Cryptographic functions are instrumental in securing our electronic communications and systems; yet time and time again they are mis-used, mis-implemented, or created in an ad-hoc manner. Additionally, while cryptography plays a fundamental role in securing systems, it is unfortunately also used for malicious purposes, such as hiding payloads in malware. Many such instances occur in closed-source code or binary applications, which inherently present a challenge for independent audit and analysis. Therefore, detecting the presence of cryptographic functions in a binary application can be both an indicator of malicious behavior as well as a point of interest for cryptographic analyses and vulnerability discovery.

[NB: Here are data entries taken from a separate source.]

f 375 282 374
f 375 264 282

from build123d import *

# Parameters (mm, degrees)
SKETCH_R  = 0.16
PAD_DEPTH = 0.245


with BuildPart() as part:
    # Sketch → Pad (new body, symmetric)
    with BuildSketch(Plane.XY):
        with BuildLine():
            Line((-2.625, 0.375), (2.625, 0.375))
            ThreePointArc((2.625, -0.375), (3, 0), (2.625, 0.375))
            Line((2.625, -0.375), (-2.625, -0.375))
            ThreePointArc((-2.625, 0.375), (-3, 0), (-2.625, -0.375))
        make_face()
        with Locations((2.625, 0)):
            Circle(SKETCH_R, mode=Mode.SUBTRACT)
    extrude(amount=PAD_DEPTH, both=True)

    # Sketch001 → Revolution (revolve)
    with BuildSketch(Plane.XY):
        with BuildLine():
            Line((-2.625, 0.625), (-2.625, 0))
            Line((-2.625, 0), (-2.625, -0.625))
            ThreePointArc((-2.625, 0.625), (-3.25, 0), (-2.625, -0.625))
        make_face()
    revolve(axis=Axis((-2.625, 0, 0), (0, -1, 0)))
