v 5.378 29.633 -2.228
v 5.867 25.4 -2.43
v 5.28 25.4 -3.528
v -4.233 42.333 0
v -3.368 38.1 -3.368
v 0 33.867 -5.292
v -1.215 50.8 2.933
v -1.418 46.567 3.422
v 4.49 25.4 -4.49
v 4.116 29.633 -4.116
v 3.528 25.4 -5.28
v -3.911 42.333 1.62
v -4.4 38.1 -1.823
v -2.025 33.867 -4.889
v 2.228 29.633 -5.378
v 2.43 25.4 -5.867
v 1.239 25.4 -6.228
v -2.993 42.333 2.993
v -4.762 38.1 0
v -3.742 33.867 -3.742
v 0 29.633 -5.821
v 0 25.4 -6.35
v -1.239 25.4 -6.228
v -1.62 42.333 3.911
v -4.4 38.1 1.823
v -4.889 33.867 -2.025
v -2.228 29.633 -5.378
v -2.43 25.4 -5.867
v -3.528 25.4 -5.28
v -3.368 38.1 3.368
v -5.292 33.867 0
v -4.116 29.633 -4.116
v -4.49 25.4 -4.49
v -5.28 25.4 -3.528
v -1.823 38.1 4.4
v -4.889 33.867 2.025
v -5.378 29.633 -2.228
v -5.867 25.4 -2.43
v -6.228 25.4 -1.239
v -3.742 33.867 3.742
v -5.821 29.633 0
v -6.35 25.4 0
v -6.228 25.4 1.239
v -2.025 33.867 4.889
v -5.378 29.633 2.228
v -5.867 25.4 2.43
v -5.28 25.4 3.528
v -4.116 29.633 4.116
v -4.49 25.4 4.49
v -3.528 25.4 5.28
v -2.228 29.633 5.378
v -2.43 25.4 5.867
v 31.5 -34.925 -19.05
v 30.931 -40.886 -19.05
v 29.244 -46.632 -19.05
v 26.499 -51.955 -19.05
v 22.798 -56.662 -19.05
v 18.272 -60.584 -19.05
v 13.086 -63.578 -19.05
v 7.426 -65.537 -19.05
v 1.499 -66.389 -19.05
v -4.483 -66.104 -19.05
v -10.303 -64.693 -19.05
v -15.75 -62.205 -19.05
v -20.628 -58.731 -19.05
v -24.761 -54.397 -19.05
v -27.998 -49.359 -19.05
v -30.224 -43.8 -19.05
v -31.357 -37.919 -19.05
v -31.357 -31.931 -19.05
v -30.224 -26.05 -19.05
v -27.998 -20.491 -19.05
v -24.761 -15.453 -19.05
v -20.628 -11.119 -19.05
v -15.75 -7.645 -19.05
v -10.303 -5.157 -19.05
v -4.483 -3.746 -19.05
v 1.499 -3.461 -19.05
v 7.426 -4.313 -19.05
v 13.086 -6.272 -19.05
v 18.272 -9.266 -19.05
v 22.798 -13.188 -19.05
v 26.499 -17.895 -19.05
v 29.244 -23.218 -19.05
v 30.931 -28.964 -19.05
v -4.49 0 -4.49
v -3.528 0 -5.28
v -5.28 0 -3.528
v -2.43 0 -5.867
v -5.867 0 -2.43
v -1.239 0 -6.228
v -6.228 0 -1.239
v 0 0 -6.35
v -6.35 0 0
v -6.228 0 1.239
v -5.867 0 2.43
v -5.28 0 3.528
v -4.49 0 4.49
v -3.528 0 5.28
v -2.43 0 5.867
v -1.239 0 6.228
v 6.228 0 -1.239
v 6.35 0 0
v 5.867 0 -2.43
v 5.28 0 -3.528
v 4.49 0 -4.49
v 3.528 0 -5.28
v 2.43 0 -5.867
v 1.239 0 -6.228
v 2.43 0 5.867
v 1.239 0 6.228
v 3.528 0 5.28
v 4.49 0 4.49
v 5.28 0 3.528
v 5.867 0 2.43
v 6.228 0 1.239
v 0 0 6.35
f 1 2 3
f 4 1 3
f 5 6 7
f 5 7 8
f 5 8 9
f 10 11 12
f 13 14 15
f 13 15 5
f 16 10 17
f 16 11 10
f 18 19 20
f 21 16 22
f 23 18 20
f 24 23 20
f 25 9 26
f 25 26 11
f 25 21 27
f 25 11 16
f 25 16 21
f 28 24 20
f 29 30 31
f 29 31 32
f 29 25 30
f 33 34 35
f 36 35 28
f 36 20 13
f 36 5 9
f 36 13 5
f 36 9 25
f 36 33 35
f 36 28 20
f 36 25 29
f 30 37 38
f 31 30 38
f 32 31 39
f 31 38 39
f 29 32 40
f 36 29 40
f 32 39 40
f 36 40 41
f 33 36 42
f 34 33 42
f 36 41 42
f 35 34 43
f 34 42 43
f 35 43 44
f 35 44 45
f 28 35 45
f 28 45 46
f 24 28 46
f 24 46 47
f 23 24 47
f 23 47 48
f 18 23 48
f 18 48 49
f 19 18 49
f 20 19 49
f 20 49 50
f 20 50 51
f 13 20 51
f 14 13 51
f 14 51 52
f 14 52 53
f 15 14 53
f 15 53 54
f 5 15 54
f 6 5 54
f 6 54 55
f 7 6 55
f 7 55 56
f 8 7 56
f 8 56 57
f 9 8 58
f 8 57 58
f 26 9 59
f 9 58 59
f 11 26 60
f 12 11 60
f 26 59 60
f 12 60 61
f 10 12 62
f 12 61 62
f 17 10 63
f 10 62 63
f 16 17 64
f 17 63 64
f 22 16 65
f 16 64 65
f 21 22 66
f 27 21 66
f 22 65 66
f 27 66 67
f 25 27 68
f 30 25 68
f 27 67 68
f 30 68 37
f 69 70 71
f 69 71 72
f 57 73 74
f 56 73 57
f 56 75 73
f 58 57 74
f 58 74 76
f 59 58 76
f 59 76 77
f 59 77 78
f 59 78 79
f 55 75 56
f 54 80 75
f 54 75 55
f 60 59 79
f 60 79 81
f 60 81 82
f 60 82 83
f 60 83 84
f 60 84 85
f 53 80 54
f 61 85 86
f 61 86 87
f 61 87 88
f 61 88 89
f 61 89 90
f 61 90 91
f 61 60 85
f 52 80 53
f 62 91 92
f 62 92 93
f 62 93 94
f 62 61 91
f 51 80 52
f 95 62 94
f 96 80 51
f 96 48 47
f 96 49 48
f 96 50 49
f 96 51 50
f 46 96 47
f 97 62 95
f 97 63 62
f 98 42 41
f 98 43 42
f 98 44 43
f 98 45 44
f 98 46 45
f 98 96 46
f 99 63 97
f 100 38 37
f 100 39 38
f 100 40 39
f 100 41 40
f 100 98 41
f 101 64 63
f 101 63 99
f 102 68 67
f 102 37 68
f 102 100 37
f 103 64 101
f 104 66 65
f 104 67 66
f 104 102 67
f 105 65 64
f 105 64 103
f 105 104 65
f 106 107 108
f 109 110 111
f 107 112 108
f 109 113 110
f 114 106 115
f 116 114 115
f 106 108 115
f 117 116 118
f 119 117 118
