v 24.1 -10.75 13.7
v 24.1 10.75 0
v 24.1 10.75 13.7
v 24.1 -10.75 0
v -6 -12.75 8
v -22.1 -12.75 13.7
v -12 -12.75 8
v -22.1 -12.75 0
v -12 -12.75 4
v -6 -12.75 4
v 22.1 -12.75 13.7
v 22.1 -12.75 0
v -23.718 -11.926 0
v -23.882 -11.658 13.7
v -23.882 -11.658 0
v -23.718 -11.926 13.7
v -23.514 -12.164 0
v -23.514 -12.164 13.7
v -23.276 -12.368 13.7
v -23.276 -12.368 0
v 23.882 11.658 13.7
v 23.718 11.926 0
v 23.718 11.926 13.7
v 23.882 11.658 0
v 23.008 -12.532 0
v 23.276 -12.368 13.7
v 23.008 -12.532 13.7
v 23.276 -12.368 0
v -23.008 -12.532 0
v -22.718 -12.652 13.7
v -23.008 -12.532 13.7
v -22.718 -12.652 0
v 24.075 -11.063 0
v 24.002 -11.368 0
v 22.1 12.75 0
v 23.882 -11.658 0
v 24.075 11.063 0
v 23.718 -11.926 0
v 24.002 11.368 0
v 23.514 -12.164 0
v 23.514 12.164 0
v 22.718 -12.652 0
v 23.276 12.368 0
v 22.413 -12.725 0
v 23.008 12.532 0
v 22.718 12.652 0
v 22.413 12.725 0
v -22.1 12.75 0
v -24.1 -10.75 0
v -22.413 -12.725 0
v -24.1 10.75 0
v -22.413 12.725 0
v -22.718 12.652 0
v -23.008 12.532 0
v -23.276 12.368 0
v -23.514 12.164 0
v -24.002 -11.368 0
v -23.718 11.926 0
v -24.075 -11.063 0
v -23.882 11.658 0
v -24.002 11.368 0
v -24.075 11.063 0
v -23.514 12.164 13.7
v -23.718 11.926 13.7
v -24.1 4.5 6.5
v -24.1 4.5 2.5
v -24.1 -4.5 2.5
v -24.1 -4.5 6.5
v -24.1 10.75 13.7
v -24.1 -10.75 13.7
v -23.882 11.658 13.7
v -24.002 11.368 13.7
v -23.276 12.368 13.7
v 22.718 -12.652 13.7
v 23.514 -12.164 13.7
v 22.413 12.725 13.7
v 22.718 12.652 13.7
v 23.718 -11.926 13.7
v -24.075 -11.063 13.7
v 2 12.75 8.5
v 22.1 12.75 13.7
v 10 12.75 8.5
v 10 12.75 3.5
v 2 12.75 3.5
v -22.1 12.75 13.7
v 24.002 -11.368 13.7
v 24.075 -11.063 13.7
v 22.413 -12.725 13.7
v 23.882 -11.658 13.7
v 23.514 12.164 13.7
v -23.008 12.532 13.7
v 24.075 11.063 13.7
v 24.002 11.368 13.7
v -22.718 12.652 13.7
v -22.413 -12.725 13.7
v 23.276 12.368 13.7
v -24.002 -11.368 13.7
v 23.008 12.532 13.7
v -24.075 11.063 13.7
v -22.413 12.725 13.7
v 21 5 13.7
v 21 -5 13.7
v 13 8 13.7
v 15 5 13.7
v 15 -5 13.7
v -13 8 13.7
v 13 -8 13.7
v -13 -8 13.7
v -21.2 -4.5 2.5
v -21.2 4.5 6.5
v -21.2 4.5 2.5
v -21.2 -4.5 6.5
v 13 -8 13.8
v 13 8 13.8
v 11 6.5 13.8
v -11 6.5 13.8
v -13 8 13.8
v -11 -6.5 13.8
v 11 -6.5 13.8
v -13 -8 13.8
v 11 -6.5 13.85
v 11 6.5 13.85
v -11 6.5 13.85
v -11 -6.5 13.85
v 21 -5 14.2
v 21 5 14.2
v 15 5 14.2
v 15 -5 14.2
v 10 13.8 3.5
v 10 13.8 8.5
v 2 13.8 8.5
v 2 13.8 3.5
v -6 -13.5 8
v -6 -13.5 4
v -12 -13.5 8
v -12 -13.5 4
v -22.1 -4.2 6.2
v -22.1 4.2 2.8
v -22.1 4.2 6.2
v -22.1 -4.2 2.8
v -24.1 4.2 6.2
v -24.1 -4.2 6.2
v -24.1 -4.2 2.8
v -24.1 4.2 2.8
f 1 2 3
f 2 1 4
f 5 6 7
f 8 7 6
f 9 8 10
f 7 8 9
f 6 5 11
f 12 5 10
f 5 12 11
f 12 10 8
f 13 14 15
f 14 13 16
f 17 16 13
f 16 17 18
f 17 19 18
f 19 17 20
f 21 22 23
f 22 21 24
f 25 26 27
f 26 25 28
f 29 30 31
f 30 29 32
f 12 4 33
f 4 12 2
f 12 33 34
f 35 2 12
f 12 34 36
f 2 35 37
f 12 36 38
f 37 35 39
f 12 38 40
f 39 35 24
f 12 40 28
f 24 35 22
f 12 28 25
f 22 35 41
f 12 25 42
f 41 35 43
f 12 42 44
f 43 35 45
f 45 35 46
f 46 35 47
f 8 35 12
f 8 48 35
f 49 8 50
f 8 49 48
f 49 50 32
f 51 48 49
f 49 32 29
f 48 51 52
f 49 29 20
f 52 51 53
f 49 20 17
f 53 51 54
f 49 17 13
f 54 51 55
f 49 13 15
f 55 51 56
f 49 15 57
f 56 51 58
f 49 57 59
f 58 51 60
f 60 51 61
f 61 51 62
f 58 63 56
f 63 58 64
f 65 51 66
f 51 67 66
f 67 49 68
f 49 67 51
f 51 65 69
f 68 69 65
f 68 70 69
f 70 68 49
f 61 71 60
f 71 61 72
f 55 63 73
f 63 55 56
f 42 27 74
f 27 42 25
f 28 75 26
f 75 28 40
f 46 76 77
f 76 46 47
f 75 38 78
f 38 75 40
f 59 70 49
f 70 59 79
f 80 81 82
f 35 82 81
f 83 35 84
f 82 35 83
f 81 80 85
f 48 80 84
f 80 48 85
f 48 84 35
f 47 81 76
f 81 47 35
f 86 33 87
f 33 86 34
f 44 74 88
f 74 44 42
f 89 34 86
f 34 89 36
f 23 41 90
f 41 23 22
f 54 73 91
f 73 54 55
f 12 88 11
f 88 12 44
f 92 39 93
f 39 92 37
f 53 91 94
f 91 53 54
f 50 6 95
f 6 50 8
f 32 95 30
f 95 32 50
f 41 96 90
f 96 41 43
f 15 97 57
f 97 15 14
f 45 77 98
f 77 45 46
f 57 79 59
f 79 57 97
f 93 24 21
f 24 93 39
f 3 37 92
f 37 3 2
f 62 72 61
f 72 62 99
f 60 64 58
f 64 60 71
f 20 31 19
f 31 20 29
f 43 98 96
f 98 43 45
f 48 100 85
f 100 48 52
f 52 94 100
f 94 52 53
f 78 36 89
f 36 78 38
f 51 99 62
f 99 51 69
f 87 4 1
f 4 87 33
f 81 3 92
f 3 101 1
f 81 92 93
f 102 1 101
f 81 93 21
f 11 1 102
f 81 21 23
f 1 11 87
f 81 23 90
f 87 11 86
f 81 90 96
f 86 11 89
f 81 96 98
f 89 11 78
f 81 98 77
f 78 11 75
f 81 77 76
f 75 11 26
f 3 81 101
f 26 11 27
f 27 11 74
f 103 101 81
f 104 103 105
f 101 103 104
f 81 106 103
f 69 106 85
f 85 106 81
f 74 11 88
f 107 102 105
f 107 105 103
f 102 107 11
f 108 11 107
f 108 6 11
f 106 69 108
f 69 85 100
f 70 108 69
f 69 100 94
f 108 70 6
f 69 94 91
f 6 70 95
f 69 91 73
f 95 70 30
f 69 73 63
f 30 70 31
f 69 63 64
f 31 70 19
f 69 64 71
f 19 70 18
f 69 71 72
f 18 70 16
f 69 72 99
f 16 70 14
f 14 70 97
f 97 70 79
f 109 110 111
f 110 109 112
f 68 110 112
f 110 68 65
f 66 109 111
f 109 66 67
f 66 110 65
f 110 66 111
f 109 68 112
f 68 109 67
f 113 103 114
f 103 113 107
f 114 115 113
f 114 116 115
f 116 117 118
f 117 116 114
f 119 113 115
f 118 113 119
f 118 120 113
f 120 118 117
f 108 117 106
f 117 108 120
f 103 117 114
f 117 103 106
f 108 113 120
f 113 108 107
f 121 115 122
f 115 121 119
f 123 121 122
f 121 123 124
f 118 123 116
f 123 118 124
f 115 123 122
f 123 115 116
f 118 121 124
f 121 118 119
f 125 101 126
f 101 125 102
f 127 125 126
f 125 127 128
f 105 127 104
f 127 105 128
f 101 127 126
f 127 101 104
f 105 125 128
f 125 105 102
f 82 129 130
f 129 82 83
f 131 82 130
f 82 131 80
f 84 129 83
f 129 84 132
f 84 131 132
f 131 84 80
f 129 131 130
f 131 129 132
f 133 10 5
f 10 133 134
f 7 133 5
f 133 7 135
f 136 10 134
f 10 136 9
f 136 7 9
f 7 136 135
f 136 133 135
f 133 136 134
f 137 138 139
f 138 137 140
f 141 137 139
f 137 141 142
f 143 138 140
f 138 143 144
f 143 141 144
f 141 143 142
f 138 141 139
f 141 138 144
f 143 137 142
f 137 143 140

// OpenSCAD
// =============================================================================
// CogniLink Assistive Technology - M5StickC Reference Mockup
// =============================================================================
// Reference 3D model of the M5Stack M5StickC development kit:
// Dimensions: 48.2 x 25.5 x 13.7 mm
// Features: 0.96" TFT LCD, Button A, Button B, USB-C port, power switch
// Used for visual fit clearance checks and CSG boolean cuts in OpenSCAD
// =============================================================================

$fn = 40;

module m5stickc_module() {
    // Main enclosure body (Orange polycarbonate)
    color([0.98, 0.45, 0.05]) {
        difference() {
            // Rounded outer body
            hull() {
                translate([-24.1 + 2, -12.75 + 2, 0]) cylinder(r=2, h=13.7);
                translate([ 24.1 - 2, -12.75 + 2, 0]) cylinder(r=2, h=13.7);
                translate([-24.1 + 2,  12.75 - 2, 0]) cylinder(r=2, h=13.7);
                translate([ 24.1 - 2,  12.75 - 2, 0]) cylinder(r=2, h=13.7);
            }
            // USB-C port cavity (-X face)
            translate([-24.2, -4.5, 2.5])
                cube([3.0, 9.0, 4.0]);
        }
    }

    // 0.96" TFT LCD Display (Black glass with active screen region)
    color([0.1, 0.1, 0.12]) {
        translate([-13.0, -8.0, 13.6])
            cube([26.0, 16.0, 0.2]);
    }
    // Active display pixel area (Deep blue / cyan backlight glow)
    color([0.0, 0.6, 0.9, 0.8]) {
        translate([-11.0, -6.5, 13.75])
            cube([22.0, 13.0, 0.1]);
    }

    // Button A (Front click button, dark grey)
    color([0.25, 0.25, 0.28]) {
        translate([15.0, -5.0, 13.6])
            cube([6.0, 10.0, 0.6]);
    }

    // Button B (Side reset button, dark grey on +Y side)
    color([0.25, 0.25, 0.28]) {
        translate([2.0, 12.6, 3.5])
            cube([8.0, 1.2, 5.0]);
    }

    // Power Switch (Red slider on -Y side)
    color([0.85, 0.15, 0.15]) {
        translate([-12.0, -13.5, 4.0])
            cube([6.0, 1.0, 4.0]);
    }

    // USB-C Metal Receptacle
    color([0.75, 0.75, 0.78]) {
        translate([-24.1, -4.2, 2.8])
            cube([2.0, 8.4, 3.4]);
    }
}

// Render preview
m5stickc_module();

While general purpose binary analysis and function identification techniques are themselves broad and thriving areas that could help solve these problems, a variety of work across industry and academia has focused on a subset of this space: developing techniques and tools that are specifically tailored to identifying different cryptographic primitives in binary applications. Despite the relative popularity of this work and recent advances in the space, it already lacks consistent means of evaluation or comparisons across tools. As such, we set out to conduct comprehensive reproduction and replication studies on all existing work in the space, from multiple perspectives. We noticed there is a significant gap in comparing tools, as there is no standardized testing framework allowing one to easily compare and contrast their strengths and weaknesses on a level playing field. As such, to complement the traditional R+R studies, we developed a comprehensive testing and evaluation framework which includes a number of modern cryptographic algorithms and real world examples, that allows for the comparison of both existing and future work in a uniform manner. We then carried out reproduction and replication studies, using both their benchmarks and ours. Finally, based on our insights from the studies, we highlight major gaps in existing work, especially as they relate to modern cryptographic primitives and real-world use cases, and discuss a variety of important avenues for future work.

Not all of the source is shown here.